Par Rolande Bertrand
Nous sommes en 1930, d’une maison de la Croix Bellaire, un garçon de 9 ans s’échappe en courant, il entre sur les terres des Gruselin fermiers habitant en face de chez lui, là il a l’habitude de jouer. Il tend l’index en l’air, le vent souffle vers la Rimière, c’est idéal pour jouer au cerf-volant, de plus il vient de « chiper » une bobine de gros fil du n°10 (le 36 casse trop facilement) il pourra allonger son amarre, il a lu 100 yards et s’il ne connaît pas la mesure du yard (0,914m) il se doute que c’est beaucoup. Il lance son cerf-volant, court, pilote son engin celui-ci monte, monte c’est fabuleux, un sourire illumine son visage.
Mais la bobine s’est dévidée sans qu’il s’en aperçoive et le cerf-volant obéissant à la force naturelle du vent s’éloigne inexorablement.En une seconde sa résolution est prise, il faut le suivre, il faut le récupérer. Voilà la clôture du pré d’Urbain Bertrand il l’enjambe et continue sa course, un petit marécage, qu’importe il aura le temps de sécher. Encore un obstacle il passe en dessous du fil barbelé et y laisse une partie de son pull, rien ne l’arrête mais voilà bientôt le bois des Moges.

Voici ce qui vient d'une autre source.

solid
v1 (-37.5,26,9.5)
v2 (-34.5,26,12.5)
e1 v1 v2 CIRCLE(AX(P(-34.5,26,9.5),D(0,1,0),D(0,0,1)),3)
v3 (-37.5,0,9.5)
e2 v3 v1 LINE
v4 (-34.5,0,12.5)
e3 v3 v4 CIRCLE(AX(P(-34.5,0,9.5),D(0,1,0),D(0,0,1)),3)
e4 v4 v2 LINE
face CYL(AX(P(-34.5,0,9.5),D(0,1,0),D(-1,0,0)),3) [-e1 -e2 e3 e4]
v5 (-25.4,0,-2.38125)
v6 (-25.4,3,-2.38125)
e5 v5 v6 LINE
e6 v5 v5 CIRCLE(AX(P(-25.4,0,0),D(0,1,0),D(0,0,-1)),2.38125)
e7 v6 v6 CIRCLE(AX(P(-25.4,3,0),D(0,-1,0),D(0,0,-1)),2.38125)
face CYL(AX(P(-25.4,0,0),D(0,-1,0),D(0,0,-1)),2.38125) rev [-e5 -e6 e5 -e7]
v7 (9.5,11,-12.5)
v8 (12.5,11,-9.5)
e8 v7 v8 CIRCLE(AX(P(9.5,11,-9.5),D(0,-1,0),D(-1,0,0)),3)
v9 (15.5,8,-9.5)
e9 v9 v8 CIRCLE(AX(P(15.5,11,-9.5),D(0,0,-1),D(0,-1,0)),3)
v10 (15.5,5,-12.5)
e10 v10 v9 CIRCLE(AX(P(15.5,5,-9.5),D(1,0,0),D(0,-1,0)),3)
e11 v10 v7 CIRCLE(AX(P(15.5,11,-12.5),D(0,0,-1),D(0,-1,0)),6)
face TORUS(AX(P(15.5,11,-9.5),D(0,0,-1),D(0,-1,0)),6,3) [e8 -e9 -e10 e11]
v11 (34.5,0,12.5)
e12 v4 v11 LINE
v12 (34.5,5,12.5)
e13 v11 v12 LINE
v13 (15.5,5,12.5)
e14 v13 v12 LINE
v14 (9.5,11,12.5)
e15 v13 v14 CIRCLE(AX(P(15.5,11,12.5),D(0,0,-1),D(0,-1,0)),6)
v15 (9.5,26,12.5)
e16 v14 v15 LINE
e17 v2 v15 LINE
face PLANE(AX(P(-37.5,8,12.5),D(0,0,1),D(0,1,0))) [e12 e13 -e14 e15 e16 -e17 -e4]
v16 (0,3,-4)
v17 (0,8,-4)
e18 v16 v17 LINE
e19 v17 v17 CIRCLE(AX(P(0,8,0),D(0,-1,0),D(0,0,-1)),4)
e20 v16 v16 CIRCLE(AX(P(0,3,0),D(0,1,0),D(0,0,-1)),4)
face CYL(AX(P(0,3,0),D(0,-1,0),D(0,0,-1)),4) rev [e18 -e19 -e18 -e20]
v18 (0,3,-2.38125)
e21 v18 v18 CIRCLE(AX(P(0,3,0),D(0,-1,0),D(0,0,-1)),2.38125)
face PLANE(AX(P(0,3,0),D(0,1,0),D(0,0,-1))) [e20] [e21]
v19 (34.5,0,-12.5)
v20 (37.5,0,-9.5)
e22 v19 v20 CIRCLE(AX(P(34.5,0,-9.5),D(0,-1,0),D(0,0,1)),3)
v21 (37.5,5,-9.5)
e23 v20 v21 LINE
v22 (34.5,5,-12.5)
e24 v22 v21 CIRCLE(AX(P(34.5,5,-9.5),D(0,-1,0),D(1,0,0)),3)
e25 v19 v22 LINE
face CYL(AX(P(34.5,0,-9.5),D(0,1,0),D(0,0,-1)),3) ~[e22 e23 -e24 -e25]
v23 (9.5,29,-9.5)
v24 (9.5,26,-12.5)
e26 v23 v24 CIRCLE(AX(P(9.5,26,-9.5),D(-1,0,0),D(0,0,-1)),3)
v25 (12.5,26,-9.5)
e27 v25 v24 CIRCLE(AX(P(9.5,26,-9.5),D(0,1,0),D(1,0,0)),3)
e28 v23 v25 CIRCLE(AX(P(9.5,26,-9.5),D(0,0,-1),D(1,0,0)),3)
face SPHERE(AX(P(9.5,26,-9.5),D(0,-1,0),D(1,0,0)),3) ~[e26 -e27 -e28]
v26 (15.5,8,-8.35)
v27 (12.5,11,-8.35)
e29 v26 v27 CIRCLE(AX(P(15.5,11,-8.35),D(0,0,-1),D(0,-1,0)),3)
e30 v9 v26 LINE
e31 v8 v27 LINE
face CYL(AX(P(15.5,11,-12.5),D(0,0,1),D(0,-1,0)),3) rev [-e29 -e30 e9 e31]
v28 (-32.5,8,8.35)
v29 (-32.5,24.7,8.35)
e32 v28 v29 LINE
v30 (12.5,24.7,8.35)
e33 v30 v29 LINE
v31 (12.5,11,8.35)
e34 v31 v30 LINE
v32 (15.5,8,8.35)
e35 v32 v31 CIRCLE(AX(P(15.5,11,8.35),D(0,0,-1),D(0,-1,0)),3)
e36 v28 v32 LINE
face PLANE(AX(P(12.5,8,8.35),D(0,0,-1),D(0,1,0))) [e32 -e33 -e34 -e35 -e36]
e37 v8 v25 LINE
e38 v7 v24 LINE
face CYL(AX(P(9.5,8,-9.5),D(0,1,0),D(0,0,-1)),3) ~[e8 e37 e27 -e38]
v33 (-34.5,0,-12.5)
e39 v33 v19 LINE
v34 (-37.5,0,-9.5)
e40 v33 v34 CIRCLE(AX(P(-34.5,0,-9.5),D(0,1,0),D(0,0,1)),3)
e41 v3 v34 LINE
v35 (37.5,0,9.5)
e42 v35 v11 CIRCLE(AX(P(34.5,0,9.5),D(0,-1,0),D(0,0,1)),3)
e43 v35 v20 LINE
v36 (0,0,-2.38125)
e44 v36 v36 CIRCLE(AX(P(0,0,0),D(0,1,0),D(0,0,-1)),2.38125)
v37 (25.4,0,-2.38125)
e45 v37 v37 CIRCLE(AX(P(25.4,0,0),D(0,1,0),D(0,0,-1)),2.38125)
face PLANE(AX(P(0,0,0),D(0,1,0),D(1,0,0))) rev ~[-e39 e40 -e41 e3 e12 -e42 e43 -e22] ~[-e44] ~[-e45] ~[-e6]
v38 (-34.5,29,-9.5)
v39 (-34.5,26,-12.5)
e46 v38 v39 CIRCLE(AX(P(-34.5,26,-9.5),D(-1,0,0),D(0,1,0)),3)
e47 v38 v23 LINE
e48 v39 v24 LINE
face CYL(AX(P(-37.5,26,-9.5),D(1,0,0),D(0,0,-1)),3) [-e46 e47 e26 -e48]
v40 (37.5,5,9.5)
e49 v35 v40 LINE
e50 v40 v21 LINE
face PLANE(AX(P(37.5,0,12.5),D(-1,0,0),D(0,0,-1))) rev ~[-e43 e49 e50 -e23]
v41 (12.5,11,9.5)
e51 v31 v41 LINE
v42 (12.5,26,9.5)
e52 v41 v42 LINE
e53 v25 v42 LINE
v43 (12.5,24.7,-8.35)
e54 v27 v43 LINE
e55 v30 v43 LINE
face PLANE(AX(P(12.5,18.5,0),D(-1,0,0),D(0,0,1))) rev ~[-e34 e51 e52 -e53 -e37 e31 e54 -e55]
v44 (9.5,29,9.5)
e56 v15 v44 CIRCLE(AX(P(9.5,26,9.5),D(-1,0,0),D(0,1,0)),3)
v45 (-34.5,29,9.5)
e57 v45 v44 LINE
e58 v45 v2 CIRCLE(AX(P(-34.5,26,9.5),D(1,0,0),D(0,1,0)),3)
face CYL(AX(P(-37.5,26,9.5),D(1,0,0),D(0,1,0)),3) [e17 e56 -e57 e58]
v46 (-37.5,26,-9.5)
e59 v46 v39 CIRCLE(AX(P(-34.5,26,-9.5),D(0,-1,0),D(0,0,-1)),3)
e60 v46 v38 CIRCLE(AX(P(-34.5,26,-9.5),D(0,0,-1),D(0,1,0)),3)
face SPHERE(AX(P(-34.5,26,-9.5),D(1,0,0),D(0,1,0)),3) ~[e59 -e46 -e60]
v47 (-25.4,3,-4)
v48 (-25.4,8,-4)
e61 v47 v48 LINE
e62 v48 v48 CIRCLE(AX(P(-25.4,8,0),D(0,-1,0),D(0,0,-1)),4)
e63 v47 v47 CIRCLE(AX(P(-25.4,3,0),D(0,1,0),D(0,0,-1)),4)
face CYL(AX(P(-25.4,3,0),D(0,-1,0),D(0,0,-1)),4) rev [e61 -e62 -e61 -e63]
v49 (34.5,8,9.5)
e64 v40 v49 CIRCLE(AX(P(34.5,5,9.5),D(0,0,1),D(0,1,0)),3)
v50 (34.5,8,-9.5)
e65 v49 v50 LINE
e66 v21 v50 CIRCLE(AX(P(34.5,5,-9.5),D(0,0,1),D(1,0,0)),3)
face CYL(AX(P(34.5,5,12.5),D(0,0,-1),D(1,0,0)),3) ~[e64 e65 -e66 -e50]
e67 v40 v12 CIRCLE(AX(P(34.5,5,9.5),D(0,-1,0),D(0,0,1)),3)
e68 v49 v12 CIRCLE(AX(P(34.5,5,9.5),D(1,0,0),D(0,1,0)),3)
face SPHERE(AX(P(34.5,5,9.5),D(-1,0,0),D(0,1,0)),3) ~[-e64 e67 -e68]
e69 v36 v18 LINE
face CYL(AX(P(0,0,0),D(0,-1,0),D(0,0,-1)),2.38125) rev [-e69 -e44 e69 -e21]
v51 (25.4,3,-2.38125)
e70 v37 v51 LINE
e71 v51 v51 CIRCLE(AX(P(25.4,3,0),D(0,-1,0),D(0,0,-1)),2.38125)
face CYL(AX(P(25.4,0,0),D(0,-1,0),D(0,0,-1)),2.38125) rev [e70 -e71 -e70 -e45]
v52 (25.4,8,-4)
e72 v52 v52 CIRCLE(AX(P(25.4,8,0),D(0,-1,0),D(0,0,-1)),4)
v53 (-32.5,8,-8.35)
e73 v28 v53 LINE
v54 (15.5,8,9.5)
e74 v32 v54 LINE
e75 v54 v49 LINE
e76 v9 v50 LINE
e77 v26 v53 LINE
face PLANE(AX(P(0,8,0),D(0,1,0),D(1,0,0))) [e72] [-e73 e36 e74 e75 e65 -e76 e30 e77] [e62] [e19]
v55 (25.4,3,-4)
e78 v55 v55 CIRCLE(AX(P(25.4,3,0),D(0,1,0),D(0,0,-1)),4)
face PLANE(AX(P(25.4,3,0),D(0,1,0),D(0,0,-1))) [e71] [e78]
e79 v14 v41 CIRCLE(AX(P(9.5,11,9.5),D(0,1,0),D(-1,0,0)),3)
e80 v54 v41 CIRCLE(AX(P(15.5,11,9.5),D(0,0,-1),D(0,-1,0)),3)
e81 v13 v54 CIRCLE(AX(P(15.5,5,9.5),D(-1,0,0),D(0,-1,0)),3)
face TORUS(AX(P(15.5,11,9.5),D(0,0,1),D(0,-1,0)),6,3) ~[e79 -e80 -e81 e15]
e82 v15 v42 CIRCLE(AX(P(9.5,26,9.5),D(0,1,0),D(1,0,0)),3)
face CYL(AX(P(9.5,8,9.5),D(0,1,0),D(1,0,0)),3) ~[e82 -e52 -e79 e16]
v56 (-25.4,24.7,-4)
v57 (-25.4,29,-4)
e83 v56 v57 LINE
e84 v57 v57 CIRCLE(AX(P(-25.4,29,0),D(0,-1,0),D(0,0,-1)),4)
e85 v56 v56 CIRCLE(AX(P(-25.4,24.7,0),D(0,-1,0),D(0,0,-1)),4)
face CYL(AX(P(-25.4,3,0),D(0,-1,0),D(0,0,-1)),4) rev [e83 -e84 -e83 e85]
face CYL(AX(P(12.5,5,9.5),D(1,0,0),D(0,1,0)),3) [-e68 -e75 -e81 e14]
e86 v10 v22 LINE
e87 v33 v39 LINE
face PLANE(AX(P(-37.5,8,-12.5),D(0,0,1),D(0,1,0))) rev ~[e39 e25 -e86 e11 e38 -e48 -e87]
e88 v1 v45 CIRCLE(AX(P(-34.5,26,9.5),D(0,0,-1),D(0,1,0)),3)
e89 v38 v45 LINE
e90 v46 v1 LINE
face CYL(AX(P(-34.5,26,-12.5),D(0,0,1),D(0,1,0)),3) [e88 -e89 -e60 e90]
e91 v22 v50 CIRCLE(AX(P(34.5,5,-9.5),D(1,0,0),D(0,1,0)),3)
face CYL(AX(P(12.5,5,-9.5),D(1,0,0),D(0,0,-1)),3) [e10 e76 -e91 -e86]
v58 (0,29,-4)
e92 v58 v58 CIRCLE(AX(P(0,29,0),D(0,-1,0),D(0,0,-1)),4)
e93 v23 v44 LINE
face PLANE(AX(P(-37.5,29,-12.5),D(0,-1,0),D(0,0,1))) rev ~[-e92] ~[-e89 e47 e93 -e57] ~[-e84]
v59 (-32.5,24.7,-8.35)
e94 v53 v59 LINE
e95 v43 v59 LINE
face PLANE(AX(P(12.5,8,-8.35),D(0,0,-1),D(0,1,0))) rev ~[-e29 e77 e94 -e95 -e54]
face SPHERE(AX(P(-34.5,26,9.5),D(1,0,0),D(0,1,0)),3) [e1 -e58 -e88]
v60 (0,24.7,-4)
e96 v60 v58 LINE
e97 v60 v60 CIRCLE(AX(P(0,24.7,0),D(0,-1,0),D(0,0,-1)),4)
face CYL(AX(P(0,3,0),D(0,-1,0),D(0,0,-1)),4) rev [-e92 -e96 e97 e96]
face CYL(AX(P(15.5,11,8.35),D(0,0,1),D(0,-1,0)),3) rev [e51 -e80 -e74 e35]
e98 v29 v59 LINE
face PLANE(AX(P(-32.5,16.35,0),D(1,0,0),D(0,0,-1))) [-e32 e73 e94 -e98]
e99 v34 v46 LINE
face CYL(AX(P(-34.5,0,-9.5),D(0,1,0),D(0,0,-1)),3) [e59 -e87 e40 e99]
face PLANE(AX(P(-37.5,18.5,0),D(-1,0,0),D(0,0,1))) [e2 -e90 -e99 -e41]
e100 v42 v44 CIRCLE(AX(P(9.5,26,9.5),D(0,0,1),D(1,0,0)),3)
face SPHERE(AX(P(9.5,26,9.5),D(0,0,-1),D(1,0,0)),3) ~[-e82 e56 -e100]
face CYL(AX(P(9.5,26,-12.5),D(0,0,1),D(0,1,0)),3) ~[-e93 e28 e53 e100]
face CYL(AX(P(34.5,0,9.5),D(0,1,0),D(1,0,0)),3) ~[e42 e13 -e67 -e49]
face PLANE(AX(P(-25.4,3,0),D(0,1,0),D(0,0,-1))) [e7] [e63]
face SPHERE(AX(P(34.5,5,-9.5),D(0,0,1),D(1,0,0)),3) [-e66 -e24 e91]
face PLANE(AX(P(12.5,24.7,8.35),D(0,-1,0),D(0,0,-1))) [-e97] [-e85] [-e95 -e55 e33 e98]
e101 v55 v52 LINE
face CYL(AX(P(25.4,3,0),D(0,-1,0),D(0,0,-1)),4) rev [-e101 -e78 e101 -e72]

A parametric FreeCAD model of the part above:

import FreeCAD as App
import Part
import Sketcher
from FreeCAD import Vector


def edges_at(feature, points):
    """Names of the edges that pass closest to the given points."""
    edges = feature.Shape.Edges
    near = lambda p: min(range(len(edges)), key=lambda i: edges[i].distToShape(Part.Vertex(*p))[0])
    return sorted({f"Edge{near(p) + 1}" for p in points})


def add_polygon(sketch, points):
    """Adds a closed chain of lines whose ends are joined by coincident constraints."""
    first, n = sketch.GeometryCount, len(points)
    for a, b in zip(points, points[1:] + points[:1]):
        sketch.addGeometry(Part.LineSegment(App.Vector(*a, 0), App.Vector(*b, 0)), False)
    for i in range(n):
        sketch.addConstraint(Sketcher.Constraint("Coincident", first + i, 2, first + (i + 1) % n, 1))

doc = App.newDocument("Part")
body = doc.addObject("PartDesign::Body", "Body")

# Sketch on XZ plane
sketch1 = body.newObject("Sketcher::SketchObject", "Sketch")
sketch1.AttachmentSupport = (doc.getObject("XZ_Plane"), [""])
sketch1.MapMode = "FlatFace"
add_polygon(sketch1, [(-37.5, -12.5), (-37.5, 12.5), (37.5, 12.5), (37.5, -12.5)])  # lines 0-3
sketch1.addConstraint([
    Sketcher.Constraint("Vertical", 0),
    Sketcher.Constraint("Horizontal", 1),
    Sketcher.Constraint("Vertical", 2),
    Sketcher.Constraint("Horizontal", 3),
    Sketcher.Constraint("Symmetric", 0, 2, 2, 2, -1, 1),
    Sketcher.Constraint("DistanceX", 1, 1, 1, 2, 75.0),
    Sketcher.Constraint("DistanceY", 0, 1, 0, 2, 25.0),
])
pad1 = body.newObject("PartDesign::Pad", "Pad")
pad1.Profile = sketch1
pad1.Length = 8
pad1.Reversed = True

Que va-t-il arriver ? il ne voit plus son cher jouet. Miracle, il est là pendu à une branche. Renaud le détache délicatement et le tient avec tendresse contre lui. Je vous laisse deviner la nature de l’objet de sa sollicitude : un simple losange de papier journal, mais pour lui, un vrai trésor. Pour le confectionner il a choisi avec soin deux branches de noisetier de +/- 80 et 50 cm, les a croisées la petite à 1/3 de la grande et serrées avec de la ficelle. A chaque extrémité, il fait une rainure à l’aide d’un canif et a passé une ficelle dans les entailles pour former le losange. Il l’a posé sur un journal qu’il a découpé avec environ 5cm de réserve tout autour.

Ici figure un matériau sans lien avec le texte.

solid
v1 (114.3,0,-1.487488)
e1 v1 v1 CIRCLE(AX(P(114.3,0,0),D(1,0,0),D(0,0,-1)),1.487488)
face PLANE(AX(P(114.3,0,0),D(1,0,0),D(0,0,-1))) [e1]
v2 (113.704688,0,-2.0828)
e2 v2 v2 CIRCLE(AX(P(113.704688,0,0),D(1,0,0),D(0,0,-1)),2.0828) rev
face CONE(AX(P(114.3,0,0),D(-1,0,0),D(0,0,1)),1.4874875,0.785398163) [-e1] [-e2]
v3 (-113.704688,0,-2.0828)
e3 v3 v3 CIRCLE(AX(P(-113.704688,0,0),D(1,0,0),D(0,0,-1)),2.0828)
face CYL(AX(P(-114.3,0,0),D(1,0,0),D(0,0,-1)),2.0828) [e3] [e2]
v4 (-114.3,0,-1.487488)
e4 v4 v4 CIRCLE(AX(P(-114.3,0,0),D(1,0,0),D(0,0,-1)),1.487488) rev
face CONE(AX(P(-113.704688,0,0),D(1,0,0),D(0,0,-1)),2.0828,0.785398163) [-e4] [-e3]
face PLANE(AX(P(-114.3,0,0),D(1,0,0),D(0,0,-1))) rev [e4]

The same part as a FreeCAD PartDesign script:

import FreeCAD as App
import Part
import Sketcher

V = App.Vector
Q = App.Units.Quantity


def edges_at(feature, points):
    """Names of the edges that pass closest to the given points."""
    edges = feature.Shape.Edges
    near = lambda p: min(range(len(edges)), key=lambda i: edges[i].distToShape(Part.Vertex(*p))[0])
    return sorted({f"Edge{near(p) + 1}" for p in points})

doc = App.newDocument("Part")
params = doc.addObject("Spreadsheet::Sheet", "Params")
for row, (alias, value) in enumerate([
    ("sketch1_diameter", "0.164 in"),
    ("pad1_length", "4.5 in"),
    ("pad1_length2", "4.5 in"),
    ("chamfer_size", "0.595313 mm"),
], start=1):
    params.set(f"A{row}", alias)
    params.set(f"B{row}", "=" + value)
    params.setAlias(f"B{row}", alias)

body = doc.addObject("PartDesign::Body", "Body")

sketch1 = body.newObject("Sketcher::SketchObject", "Sketch")
sketch1.AttachmentSupport = (doc.getObject("YZ_Plane"), [""])
sketch1.MapMode = "FlatFace"
sketch1.addGeometry(Part.Circle(V(0, 0, 0), V(0, 0, 1), 2.0828), False)
sketch1.addConstraint(Sketcher.Constraint("Coincident", 0, 3, -1, 1))
sketch1.addConstraint(Sketcher.Constraint("Diameter", 0, Q("0.164 in")))
sketch1.setExpression("Constraints[1]", "Params.sketch1_diameter")
pad1 = body.newObject("PartDesign::Pad", "Pad")
pad1.Profile = sketch1
pad1.Type = "TwoLengths"
pad1.setExpression("Length", "Params.pad1_length")
pad1.setExpression("Length2", "Params.pad1_length2")
doc.recompute()

chamfer = body.newObject("PartDesign::Chamfer", "Chamfer")
chamfer.Base = (pad1, edges_at(pad1, [(-114.3, 0, 2.083), (114.3, 0, 2.083)]))
chamfer.setExpression("Size", "Params.chamfer_size")

doc.recompute()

Il a préparé de la colle à tapisser et a fait adhérer les bords en les repliant sur le quadrilatère. Il a fixé une belle queue dont la ficelle est garnie de papillotes (petits rectangles de papier torchés ou pliés en accordéon ou parfois une tige de liserons. Deux ficelles de la longueur des 2 baguettes servent de point d’ancrage à l’amarre. Celle-ci peut aussi recevoir des messages lancés pendant le jeu. Renaud a confectionné bien des cerfs-volants de toutes formes, et de toutes les couleurs et même un « pierrot » qui faisait sa fierté.
Il reçut enfin un « vrai » cerf-volant en tissu et fut heureux mais jamais il n’a ressenti les sensations indescriptibles du début.

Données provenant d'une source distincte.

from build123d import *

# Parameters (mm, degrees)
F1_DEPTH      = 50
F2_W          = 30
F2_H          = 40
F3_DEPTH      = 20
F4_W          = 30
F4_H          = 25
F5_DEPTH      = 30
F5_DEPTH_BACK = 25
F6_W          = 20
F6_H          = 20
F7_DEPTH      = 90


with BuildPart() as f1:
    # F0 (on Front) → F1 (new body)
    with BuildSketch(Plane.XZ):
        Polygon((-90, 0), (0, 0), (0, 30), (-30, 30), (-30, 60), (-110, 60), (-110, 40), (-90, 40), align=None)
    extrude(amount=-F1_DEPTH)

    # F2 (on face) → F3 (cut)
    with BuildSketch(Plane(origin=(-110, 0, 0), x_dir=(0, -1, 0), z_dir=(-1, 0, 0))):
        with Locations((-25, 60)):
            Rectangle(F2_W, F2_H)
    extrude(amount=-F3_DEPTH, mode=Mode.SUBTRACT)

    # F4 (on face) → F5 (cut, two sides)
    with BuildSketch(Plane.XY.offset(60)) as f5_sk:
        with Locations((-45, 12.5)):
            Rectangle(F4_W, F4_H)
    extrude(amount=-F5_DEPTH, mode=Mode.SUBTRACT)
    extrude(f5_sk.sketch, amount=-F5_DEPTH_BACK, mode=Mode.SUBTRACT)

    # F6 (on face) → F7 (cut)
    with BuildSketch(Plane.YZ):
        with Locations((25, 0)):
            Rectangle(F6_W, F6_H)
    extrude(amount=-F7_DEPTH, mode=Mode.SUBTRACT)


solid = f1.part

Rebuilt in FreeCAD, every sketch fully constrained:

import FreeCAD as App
import Part
import Sketcher
from FreeCAD import Vector
Q = App.Units.Quantity


def add_polygon(sketch, points):
    """Adds a closed chain of lines whose ends are joined by coincident constraints."""
    first, n = sketch.GeometryCount, len(points)
    for a, b in zip(points, points[1:] + points[:1]):
        sketch.addGeometry(Part.LineSegment(App.Vector(*a, 0), App.Vector(*b, 0)), False)
    for i in range(n):
        sketch.addConstraint(Sketcher.Constraint("Coincident", first + i, 2, first + (i + 1) % n, 1))

doc = App.newDocument("Part")
body = doc.addObject("PartDesign::Body", "Body")

# Sketch on XZ plane
sketch1 = doc.addObject("Sketcher::SketchObject", "Sketch")
body.addObject(sketch1)
sketch1.AttachmentSupport = (doc.XZ_Plane, [""])
sketch1.MapMode = "FlatFace"
add_polygon(sketch1, [(-90, 0), (0, 0), (0, 30), (-30, 30), (-30, 60), (-110, 60), (-110, 40), (-90, 40)])  # lines 0-7
sketch1.addConstraint([
    Sketcher.Constraint("Horizontal", 0),
    Sketcher.Constraint("Vertical", 1),
    Sketcher.Constraint("Horizontal", 2),
    Sketcher.Constraint("Vertical", 3),
    Sketcher.Constraint("Horizontal", 4),
    Sketcher.Constraint("Vertical", 5),
    Sketcher.Constraint("Horizontal", 6),
    Sketcher.Constraint("Vertical", 7),
    Sketcher.Constraint("Coincident", 0, 2, -1, 1),
    Sketcher.Constraint("Equal", 2, 1),
    Sketcher.Constraint("Equal", 1, 3),
    Sketcher.Constraint("Equal", 6, 5),
    Sketcher.Constraint("DistanceX", 0, 1, 0, 2, Q("90 mm")),
    Sketcher.Constraint("DistanceX", 2, 2, 2, 1, Q("30 mm")),
    Sketcher.Constraint("DistanceX", 4, 2, 4, 1, Q("80 mm")),
])
pad1 = doc.addObject("PartDesign::Pad", "Pad")
body.addObject(pad1)
pad1.Profile = sketch1
pad1.Length = 50
pad1.Reversed = True

# Sketch on YZ plane
sketch2 = doc.addObject("Sketcher::SketchObject", "Sketch001")
body.addObject(sketch2)
sketch2.AttachmentSupport = (doc.YZ_Plane, [""])
sketch2.MapMode = "FlatFace"
sketch2.AttachmentOffset = App.Placement(Vector(0, 0, -110), App.Rotation())
add_polygon(sketch2, [(40, 80), (40, 40), (10, 40), (10, 80)])  # lines 0-3
sketch2.addConstraint([
    Sketcher.Constraint("Vertical", 0),
    Sketcher.Constraint("Horizontal", 1),
    Sketcher.Constraint("Vertical", 2),
    Sketcher.Constraint("Horizontal", 3),
    Sketcher.Constraint("DistanceX", 1, 2, 1, 1, Q("30 mm")),
    Sketcher.Constraint("DistanceY", 0, 2, 0, 1, Q("40 mm")),
    Sketcher.Constraint("DistanceX", -1, 1, 0, 2, Q("40 mm")),
    Sketcher.Constraint("DistanceY", -1, 1, 0, 2, Q("40 mm")),
])
pocket1 = doc.addObject("PartDesign::Pocket", "Pocket")
body.addObject(pocket1)
pocket1.Profile = sketch2
pocket1.Length = 20
pocket1.Reversed = True

# Sketch on XY plane
sketch3 = doc.addObject("Sketcher::SketchObject", "Sketch002")
body.addObject(sketch3)
sketch3.AttachmentSupport = (doc.XY_Plane, [""])
sketch3.MapMode = "FlatFace"
sketch3.AttachmentOffset = App.Placement(Vector(0, 0, 60), App.Rotation())
add_polygon(sketch3, [(-60, 25), (-60, 0), (-30, 0), (-30, 25)])  # lines 0-3
sketch3.addConstraint([
    Sketcher.Constraint("Vertical", 0),
    Sketcher.Constraint("Horizontal", 1),
    Sketcher.Constraint("Vertical", 2),
    Sketcher.Constraint("Horizontal", 3),
    Sketcher.Constraint("PointOnObject", 0, 2, -1),
    Sketcher.Constraint("DistanceX", 1, 1, 1, 2, Q("30 mm")),
    Sketcher.Constraint("DistanceY", 0, 2, 0, 1, Q("25 mm")),
    Sketcher.Constraint("DistanceX", 0, 2, -1, 1, Q("60 mm")),
])
pocket2 = doc.addObject("PartDesign::Pocket", "Pocket001")
body.addObject(pocket2)
pocket2.Profile = sketch3
pocket2.Length = 30
pocket3 = doc.addObject("PartDesign::Pocket", "Pocket002")
body.addObject(pocket3)
pocket3.Profile = sketch3
pocket3.Length = 25

# Sketch on YZ plane
sketch4 = doc.addObject("Sketcher::SketchObject", "Sketch003")
body.addObject(sketch4)
sketch4.AttachmentSupport = (doc.YZ_Plane, [""])
sketch4.MapMode = "FlatFace"
add_polygon(sketch4, [(15, 10), (15, -10), (35, -10), (35, 10)])  # lines 0-3
sketch4.addConstraint([
    Sketcher.Constraint("Vertical", 0),
    Sketcher.Constraint("Horizontal", 1),
    Sketcher.Constraint("Vertical", 2),
    Sketcher.Constraint("Horizontal", 3),
    Sketcher.Constraint("Equal", 3, 0),
    Sketcher.Constraint("DistanceX", 1, 1, 1, 2, Q("20 mm")),
    Sketcher.Constraint("DistanceX", -1, 1, 0, 2, Q("15 mm")),
    Sketcher.Constraint("DistanceY", 0, 2, -1, 1, Q("10 mm")),
])
pocket4 = doc.addObject("PartDesign::Pocket", "Pocket003")
body.addObject(pocket4)
pocket4.Profile = sketch4
pocket4.Length = 90

doc.recompute()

Le cerf-volant ou lucane est en réalité un gros coléoptère à mandibules dentelées qui rappellent les bois du cerf. Dans notre Wallonie il portait un surnom bien particulier.
Quand on demandait à la grand’maman de Renaud : « où est donc le gamin ? » elle répondait « il è-stèvoye cori avou s’dragon ». D’ailleurs si nous parcourons le dictionnaire de Jean Haust, il foisonne de noms de cerfs-volants dont, le dragon, le mohet, mohone, balon, peure, pome, ome, matelas, tchèstê.
D’après Touring 1995 et 1997 .
Les modèles actuels coûtent 1000 à 5000frs.
Ils peuvent être :
à un fil et permettent l’étude de l’aérologie,
à 2 ou plusieurs fils et permettent la vitesse, l’acrobatie et les escadrilles, de traction et permettent d’évoluer dans un buggy à marée basse ou à ski sur l’eau.
Il existe aussi des modèles de compétition à 25000frs et plus. Ils sont spécialement étudiés pour la vitesse et certains peuvent même résister à des vents de force 8. Ils sont le plus souvent de formes triangulaires delta ou souples tels les parapentes.
Avec 2 poignées l’utilisateur, amateur de sensations fortes, devient un vrai pilote pouvant réaliser looping, rase-mottes, piqués et tout autre figure.Il peuvent aussi être à traction, tirer un buggy
ou une embarcation légère, ils peuvent être utilisés pour ramener
des naufragés à terre. Et l’épopée de l’Antarctique
n’est-elle pas basée sur le même principe.
Depuis quand existent les cerfs-volants ? L’origine remonte bien avant notre ère, il est né en Chine puis s’est répandu dans les régions asiatiques et est apparu en Europe dès le XIVème siècle. Mais il a fallu attendre le XVIIIème siècle pour qu’il connaisse une certaine vogue.